* ENTRIES SUPPLIED
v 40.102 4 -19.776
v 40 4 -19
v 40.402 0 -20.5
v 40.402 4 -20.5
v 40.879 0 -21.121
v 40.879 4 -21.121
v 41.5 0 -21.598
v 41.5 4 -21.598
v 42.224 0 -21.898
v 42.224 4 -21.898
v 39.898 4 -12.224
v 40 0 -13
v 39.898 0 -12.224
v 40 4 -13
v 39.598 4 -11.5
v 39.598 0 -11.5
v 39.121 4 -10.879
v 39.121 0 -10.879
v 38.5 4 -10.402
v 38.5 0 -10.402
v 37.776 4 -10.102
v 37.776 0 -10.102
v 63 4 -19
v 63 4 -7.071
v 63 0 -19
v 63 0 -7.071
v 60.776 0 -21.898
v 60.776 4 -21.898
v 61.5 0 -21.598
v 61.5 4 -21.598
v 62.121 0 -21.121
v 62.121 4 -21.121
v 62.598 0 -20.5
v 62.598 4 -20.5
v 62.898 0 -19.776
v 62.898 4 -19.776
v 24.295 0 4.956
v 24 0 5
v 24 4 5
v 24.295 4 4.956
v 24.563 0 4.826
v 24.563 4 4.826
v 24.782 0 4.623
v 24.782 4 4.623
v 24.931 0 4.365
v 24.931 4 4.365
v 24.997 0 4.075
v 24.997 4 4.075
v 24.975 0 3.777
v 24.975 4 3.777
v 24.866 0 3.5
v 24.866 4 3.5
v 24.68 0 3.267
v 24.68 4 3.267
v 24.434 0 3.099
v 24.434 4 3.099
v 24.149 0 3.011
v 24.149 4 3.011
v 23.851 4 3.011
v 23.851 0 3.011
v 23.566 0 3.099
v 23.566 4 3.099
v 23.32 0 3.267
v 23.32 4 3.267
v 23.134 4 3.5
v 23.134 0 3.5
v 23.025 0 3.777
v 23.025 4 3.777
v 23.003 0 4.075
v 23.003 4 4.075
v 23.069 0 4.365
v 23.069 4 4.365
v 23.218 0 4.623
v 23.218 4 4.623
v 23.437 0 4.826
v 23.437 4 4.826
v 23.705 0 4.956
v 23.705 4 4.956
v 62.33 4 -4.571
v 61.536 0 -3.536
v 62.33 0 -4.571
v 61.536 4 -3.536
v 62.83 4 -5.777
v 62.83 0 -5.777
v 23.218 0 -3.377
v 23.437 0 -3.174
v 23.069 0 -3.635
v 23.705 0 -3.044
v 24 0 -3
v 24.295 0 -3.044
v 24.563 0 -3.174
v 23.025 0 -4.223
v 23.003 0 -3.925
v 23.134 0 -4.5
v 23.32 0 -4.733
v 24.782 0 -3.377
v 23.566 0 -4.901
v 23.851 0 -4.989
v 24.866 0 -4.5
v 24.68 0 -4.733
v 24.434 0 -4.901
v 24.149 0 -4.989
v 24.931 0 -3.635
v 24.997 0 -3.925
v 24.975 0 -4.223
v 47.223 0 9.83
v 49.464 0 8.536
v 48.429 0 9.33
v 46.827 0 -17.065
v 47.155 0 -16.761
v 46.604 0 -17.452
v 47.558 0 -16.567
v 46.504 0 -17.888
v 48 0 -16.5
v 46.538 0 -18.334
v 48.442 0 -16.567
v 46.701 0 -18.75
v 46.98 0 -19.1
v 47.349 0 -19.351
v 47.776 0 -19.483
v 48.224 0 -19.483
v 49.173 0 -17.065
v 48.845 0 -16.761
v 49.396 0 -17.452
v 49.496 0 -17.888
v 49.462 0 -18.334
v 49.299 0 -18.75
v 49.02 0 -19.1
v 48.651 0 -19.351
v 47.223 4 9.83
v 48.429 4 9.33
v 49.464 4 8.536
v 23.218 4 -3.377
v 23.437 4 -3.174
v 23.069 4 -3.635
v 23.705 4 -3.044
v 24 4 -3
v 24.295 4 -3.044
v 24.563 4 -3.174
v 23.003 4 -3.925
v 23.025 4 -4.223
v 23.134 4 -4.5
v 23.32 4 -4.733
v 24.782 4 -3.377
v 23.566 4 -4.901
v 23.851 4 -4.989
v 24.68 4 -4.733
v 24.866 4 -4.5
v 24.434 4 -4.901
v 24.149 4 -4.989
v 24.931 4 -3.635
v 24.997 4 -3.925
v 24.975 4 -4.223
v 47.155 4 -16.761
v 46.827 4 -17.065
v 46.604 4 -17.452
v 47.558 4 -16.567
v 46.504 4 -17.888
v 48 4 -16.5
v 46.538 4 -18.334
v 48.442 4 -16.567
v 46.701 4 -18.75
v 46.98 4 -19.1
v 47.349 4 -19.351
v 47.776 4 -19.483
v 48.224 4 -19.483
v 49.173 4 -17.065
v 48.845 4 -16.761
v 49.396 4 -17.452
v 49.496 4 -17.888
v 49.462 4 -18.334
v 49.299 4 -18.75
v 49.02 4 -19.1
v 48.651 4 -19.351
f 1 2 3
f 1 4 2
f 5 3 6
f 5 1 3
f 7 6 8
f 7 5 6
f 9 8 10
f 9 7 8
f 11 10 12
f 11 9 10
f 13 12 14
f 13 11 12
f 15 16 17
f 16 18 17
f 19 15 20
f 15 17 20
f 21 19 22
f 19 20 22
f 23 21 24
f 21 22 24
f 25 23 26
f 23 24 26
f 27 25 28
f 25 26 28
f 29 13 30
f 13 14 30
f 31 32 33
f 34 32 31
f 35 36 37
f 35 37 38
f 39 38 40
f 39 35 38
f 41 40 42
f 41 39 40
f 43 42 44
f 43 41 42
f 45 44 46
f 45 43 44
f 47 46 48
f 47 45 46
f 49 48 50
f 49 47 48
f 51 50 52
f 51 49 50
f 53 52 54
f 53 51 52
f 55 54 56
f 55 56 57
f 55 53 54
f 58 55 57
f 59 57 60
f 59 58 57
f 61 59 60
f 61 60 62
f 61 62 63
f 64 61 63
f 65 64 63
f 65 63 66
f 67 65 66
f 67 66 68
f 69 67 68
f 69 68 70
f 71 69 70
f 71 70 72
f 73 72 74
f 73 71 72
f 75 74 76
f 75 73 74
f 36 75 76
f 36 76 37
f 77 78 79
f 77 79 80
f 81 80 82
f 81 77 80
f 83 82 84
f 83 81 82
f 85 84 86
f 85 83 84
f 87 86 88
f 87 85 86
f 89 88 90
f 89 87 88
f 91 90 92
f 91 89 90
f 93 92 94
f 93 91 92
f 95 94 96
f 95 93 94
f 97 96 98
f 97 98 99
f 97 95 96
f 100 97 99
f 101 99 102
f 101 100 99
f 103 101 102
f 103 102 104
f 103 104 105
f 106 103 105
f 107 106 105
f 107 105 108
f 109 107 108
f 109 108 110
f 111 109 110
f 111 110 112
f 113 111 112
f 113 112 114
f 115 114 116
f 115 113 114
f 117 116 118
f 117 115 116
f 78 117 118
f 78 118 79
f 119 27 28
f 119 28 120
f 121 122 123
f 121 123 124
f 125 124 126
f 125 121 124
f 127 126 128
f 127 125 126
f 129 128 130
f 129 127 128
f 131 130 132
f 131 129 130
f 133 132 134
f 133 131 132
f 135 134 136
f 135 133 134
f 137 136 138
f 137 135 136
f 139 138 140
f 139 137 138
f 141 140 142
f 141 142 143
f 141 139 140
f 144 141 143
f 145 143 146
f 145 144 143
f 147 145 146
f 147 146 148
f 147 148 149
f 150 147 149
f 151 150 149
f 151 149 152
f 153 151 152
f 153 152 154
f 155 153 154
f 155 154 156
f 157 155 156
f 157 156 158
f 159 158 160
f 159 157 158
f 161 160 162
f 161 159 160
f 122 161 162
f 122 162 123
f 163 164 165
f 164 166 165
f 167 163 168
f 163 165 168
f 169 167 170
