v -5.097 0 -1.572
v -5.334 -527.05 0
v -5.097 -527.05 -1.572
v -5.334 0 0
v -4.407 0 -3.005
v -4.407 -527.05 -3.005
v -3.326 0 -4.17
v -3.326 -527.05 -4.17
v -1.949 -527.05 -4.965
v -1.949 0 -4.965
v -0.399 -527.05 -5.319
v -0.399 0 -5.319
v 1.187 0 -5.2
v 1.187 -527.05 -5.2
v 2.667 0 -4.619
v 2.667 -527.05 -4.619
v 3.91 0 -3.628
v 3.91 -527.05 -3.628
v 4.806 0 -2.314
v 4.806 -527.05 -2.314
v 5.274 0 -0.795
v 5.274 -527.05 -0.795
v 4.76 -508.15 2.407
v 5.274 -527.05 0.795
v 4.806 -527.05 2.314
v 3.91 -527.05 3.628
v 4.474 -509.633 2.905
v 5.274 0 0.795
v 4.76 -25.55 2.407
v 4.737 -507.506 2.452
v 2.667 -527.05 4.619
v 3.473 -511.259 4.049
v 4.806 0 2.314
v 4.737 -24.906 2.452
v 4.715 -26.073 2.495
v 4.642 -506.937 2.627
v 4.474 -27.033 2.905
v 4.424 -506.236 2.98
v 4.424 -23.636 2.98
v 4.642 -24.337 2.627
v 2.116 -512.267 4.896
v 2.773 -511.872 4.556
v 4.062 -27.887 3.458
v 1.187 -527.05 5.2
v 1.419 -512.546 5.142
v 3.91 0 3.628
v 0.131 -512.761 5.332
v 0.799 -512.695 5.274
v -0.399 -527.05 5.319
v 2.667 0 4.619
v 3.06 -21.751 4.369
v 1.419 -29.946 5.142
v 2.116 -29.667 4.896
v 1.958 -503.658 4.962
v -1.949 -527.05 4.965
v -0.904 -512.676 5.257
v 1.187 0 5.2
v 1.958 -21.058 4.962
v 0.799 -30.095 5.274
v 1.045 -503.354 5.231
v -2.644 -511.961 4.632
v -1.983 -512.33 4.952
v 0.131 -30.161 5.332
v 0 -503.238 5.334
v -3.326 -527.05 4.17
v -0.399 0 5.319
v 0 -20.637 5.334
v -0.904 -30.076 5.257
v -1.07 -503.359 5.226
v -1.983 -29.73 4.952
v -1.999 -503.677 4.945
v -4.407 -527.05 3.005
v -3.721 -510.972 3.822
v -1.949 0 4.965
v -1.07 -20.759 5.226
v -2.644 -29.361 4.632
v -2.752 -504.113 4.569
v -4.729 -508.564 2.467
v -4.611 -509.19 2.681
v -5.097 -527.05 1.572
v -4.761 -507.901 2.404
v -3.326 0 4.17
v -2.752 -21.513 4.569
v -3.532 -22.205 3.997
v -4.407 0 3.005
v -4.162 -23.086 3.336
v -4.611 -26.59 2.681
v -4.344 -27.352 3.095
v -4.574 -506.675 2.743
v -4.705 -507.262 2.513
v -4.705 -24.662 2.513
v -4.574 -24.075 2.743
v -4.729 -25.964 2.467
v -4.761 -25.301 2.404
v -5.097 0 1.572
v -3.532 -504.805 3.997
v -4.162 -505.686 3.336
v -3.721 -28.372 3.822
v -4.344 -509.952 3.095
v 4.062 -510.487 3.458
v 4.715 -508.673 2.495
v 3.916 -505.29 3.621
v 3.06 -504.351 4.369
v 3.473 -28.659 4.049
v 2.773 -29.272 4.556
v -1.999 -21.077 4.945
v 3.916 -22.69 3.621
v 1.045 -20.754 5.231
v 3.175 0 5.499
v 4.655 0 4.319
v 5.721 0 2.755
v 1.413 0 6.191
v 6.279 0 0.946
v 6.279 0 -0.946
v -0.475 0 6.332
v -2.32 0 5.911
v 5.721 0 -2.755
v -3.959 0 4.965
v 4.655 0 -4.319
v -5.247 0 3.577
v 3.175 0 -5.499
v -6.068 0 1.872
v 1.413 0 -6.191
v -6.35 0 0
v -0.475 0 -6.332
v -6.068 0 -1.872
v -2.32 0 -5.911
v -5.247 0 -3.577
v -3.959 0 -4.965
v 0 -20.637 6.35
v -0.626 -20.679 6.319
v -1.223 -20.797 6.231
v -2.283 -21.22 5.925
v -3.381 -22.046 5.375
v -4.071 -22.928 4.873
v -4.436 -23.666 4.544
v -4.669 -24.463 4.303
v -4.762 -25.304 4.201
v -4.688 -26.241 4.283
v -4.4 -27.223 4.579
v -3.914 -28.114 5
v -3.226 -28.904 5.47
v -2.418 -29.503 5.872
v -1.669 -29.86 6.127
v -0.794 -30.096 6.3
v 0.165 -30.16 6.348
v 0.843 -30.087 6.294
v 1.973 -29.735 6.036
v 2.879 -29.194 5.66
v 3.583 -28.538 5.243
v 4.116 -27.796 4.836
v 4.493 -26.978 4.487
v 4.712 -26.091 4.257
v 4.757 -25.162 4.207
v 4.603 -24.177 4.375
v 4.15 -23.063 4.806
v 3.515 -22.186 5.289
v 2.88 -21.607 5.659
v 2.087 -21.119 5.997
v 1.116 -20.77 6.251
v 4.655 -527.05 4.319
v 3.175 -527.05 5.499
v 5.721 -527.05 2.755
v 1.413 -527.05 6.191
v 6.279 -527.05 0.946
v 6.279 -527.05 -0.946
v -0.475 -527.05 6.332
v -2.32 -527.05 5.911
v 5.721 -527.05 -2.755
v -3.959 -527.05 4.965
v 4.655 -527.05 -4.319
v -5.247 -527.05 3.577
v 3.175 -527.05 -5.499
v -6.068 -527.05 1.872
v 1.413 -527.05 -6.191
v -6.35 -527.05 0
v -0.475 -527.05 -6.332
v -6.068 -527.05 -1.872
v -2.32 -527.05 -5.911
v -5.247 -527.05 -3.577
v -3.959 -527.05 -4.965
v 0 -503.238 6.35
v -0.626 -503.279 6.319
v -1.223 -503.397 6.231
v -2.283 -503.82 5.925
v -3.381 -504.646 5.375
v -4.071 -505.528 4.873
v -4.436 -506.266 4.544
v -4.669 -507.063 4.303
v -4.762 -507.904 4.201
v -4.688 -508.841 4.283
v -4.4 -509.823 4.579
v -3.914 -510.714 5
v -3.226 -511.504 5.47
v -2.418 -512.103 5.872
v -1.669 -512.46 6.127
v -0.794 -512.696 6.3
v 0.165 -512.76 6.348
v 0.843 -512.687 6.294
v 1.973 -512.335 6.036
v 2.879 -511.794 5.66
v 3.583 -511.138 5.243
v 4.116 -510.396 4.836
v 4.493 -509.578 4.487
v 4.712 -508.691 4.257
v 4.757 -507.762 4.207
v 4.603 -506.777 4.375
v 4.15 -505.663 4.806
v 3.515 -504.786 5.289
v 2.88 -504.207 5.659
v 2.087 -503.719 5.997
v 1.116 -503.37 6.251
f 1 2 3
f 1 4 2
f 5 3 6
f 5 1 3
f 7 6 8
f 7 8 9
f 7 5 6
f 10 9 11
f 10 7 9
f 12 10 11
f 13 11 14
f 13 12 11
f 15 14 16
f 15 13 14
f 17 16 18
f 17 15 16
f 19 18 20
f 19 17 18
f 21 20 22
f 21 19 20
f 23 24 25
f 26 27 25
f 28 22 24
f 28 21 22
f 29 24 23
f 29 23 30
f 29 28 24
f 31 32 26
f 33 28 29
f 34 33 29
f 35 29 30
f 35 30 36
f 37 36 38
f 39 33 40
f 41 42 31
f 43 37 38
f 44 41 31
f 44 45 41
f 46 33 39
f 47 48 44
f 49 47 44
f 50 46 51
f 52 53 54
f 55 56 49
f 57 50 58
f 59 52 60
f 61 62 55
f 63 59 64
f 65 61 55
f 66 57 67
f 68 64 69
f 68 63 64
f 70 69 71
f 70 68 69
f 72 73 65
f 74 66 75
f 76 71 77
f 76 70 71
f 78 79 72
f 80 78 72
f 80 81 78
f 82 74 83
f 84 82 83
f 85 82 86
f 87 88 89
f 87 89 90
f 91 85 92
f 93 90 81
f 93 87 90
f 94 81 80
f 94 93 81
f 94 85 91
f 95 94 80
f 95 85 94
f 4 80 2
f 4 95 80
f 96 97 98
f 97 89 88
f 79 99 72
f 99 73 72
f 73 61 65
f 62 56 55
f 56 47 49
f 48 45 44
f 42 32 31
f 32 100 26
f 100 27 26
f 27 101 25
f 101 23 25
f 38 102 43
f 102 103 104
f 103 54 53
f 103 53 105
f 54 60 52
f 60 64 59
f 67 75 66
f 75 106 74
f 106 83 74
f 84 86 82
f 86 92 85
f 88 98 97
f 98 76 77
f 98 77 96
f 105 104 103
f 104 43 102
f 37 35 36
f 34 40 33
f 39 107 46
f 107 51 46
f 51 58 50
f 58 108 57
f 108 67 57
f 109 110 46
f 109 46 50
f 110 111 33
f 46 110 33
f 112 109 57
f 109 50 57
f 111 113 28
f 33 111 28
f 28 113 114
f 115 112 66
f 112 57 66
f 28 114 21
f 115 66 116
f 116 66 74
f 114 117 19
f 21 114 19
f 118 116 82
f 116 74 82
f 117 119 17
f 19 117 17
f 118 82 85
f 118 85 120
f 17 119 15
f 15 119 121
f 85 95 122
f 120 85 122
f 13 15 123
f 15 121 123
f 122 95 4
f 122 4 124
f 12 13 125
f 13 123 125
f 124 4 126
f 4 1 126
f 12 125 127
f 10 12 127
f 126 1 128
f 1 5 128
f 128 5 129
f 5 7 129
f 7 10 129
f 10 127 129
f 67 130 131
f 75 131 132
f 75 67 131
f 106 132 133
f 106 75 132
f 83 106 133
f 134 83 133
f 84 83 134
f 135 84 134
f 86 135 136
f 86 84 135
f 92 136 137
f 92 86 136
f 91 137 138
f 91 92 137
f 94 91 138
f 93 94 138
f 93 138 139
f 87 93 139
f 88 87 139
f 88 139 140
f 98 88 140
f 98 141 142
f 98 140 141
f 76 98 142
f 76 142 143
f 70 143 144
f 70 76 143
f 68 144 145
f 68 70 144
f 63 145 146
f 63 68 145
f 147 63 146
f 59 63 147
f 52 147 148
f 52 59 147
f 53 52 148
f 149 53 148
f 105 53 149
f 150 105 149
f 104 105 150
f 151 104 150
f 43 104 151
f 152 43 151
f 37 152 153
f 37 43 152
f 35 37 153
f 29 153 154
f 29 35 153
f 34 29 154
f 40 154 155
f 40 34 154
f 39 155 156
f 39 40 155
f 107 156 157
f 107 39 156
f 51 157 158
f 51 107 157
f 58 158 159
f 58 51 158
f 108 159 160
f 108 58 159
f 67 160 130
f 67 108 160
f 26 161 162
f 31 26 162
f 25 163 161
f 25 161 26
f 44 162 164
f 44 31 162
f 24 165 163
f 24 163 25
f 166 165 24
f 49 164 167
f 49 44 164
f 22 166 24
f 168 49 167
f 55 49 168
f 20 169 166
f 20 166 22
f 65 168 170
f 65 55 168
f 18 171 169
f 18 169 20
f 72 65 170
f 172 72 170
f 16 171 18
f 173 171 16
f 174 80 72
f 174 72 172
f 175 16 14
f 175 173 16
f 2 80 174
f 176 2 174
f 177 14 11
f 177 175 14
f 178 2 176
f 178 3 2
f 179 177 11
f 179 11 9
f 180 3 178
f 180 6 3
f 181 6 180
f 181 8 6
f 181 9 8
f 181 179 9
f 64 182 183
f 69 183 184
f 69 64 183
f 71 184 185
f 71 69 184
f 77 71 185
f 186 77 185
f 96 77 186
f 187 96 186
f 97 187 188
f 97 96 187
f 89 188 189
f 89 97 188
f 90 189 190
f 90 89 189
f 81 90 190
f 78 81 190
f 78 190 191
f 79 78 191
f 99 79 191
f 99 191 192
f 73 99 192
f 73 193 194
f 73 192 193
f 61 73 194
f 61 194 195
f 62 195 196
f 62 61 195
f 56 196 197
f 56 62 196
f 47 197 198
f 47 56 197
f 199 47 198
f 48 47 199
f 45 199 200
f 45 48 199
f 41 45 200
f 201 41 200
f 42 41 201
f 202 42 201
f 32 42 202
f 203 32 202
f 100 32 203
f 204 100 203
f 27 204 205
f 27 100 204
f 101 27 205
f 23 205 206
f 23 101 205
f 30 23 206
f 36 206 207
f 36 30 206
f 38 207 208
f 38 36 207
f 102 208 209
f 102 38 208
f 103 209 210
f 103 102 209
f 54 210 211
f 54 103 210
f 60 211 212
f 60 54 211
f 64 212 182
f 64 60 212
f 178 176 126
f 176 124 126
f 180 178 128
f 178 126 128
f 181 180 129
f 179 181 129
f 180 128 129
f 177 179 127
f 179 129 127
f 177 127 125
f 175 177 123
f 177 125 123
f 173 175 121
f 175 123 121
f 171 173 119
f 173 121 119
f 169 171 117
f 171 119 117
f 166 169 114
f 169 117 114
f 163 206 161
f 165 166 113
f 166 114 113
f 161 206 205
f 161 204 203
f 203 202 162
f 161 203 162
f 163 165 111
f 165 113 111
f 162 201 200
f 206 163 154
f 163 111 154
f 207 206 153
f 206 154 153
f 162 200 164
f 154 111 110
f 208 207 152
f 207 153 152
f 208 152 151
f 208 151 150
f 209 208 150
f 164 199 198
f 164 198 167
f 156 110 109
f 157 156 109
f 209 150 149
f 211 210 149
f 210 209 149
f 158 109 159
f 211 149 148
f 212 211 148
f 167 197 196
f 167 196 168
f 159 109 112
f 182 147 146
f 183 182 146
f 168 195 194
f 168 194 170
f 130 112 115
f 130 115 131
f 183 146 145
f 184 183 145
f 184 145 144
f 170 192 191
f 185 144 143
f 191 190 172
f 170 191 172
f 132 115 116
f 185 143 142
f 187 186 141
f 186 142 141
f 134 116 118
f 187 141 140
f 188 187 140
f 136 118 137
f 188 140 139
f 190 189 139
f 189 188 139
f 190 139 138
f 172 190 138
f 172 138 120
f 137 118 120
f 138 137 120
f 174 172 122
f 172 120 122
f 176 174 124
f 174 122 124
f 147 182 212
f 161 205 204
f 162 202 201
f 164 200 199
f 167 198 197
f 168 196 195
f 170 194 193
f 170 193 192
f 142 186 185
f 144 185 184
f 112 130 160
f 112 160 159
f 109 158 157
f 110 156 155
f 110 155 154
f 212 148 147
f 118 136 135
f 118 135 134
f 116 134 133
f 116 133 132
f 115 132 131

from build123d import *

# Parameters (mm, degrees)
SKETCH1_W                             = 1.016
SKETCH1_H                             = 527.05
F_3_8_0_375_DIAMETER_HOLE1_AT_2_COUNT = 2
F_3_8_0_375_DIAMETER_HOLE1_AT_2_PITCH = 482.6


with BuildPart() as part:
    # Sketch1 → Revolve1 (revolve)
    with BuildSketch(Plane.XY):
        with Locations((-5.842, -263.525)):
            Rectangle(SKETCH1_W, SKETCH1_H)
    revolve(axis=Axis((0, 0, 0), (0, -1, 0)))

    # Sketch3 → 3/8 (0.375) Diameter Hole1 (revolve, cut)
    with BuildSketch(Plane(origin=(0, -508, 0), x_dir=(0, 1, 0), z_dir=(1, 0, 0))):
        Polygon((0, 0), (0, 9.211598698), (4.7625, 6.35), (4.7625, 0), align=None)
    f_3_8_0_375_diameter_hole1 = revolve(axis=Axis((0, -508, -6.35), (0, 0, 1)), mode=Mode.SUBTRACT)

    # 3/8 (0.375) Diameter Hole1 at 2: 3/8 (0.375) Diameter Hole1 ×2
    with Locations(*[(0, i * F_3_8_0_375_DIAMETER_HOLE1_AT_2_PITCH, 0) for i in range(1, F_3_8_0_375_DIAMETER_HOLE1_AT_2_COUNT)]):
        add(f_3_8_0_375_diameter_hole1, mode=Mode.SUBTRACT)


solid = part.part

* YOUR ASSIGNMENT
Will you return exactly the lines above from the one with "v 24.931 4 -3.635" down to the one with "f 153 152 154", counting both as part of the range?

* WRITTEN SOLUTION
v 24.931 4 -3.635
v 24.997 4 -3.925
v 24.975 4 -4.223
v 47.155 4 -16.761
v 46.827 4 -17.065
v 46.604 4 -17.452
v 47.558 4 -16.567
v 46.504 4 -17.888
v 48 4 -16.5
v 46.538 4 -18.334
v 48.442 4 -16.567
v 46.701 4 -18.75
v 46.98 4 -19.1
v 47.349 4 -19.351
v 47.776 4 -19.483
v 48.224 4 -19.483
v 49.173 4 -17.065
v 48.845 4 -16.761
v 49.396 4 -17.452
v 49.496 4 -17.888
v 49.462 4 -18.334
v 49.299 4 -18.75
v 49.02 4 -19.1
v 48.651 4 -19.351
f 1 2 3
f 1 4 2
f 5 3 6
f 5 1 3
f 7 6 8
f 7 5 6
f 9 8 10
f 9 7 8
f 11 10 12
f 11 9 10
f 13 12 14
f 13 11 12
f 15 16 17
f 16 18 17
f 19 15 20
f 15 17 20
f 21 19 22
f 19 20 22
f 23 21 24
f 21 22 24
f 25 23 26
f 23 24 26
f 27 25 28
f 25 26 28
f 29 13 30
f 13 14 30
f 31 32 33
f 34 32 31
f 35 36 37
f 35 37 38
f 39 38 40
f 39 35 38
f 41 40 42
f 41 39 40
f 43 42 44
f 43 41 42
f 45 44 46
f 45 43 44
f 47 46 48
f 47 45 46
f 49 48 50
f 49 47 48
f 51 50 52
f 51 49 50
f 53 52 54
f 53 51 52
f 55 54 56
f 55 56 57
f 55 53 54
f 58 55 57
f 59 57 60
f 59 58 57
f 61 59 60
f 61 60 62
f 61 62 63
f 64 61 63
f 65 64 63
f 65 63 66
f 67 65 66
f 67 66 68
f 69 67 68
f 69 68 70
f 71 69 70
f 71 70 72
f 73 72 74
f 73 71 72
f 75 74 76
f 75 73 74
f 36 75 76
f 36 76 37
f 77 78 79
f 77 79 80
f 81 80 82
f 81 77 80
f 83 82 84
f 83 81 82
f 85 84 86
f 85 83 84
f 87 86 88
f 87 85 86
f 89 88 90
f 89 87 88
f 91 90 92
f 91 89 90
f 93 92 94
f 93 91 92
f 95 94 96
f 95 93 94
f 97 96 98
f 97 98 99
f 97 95 96
f 100 97 99
f 101 99 102
f 101 100 99
f 103 101 102
f 103 102 104
f 103 104 105
f 106 103 105
f 107 106 105
f 107 105 108
f 109 107 108
f 109 108 110
f 111 109 110
f 111 110 112
f 113 111 112
f 113 112 114
f 115 114 116
f 115 113 114
f 117 116 118
f 117 115 116
f 78 117 118
f 78 118 79
f 119 27 28
f 119 28 120
f 121 122 123
f 121 123 124
f 125 124 126
f 125 121 124
f 127 126 128
f 127 125 126
f 129 128 130
f 129 127 128
f 131 130 132
f 131 129 130
f 133 132 134
f 133 131 132
f 135 134 136
f 135 133 134
f 137 136 138
f 137 135 136
f 139 138 140
f 139 137 138
f 141 140 142
f 141 142 143
f 141 139 140
f 144 141 143
f 145 143 146
f 145 144 143
f 147 145 146
f 147 146 148
f 147 148 149
f 150 147 149
f 151 150 149
f 151 149 152
f 153 151 152
f 153 152 154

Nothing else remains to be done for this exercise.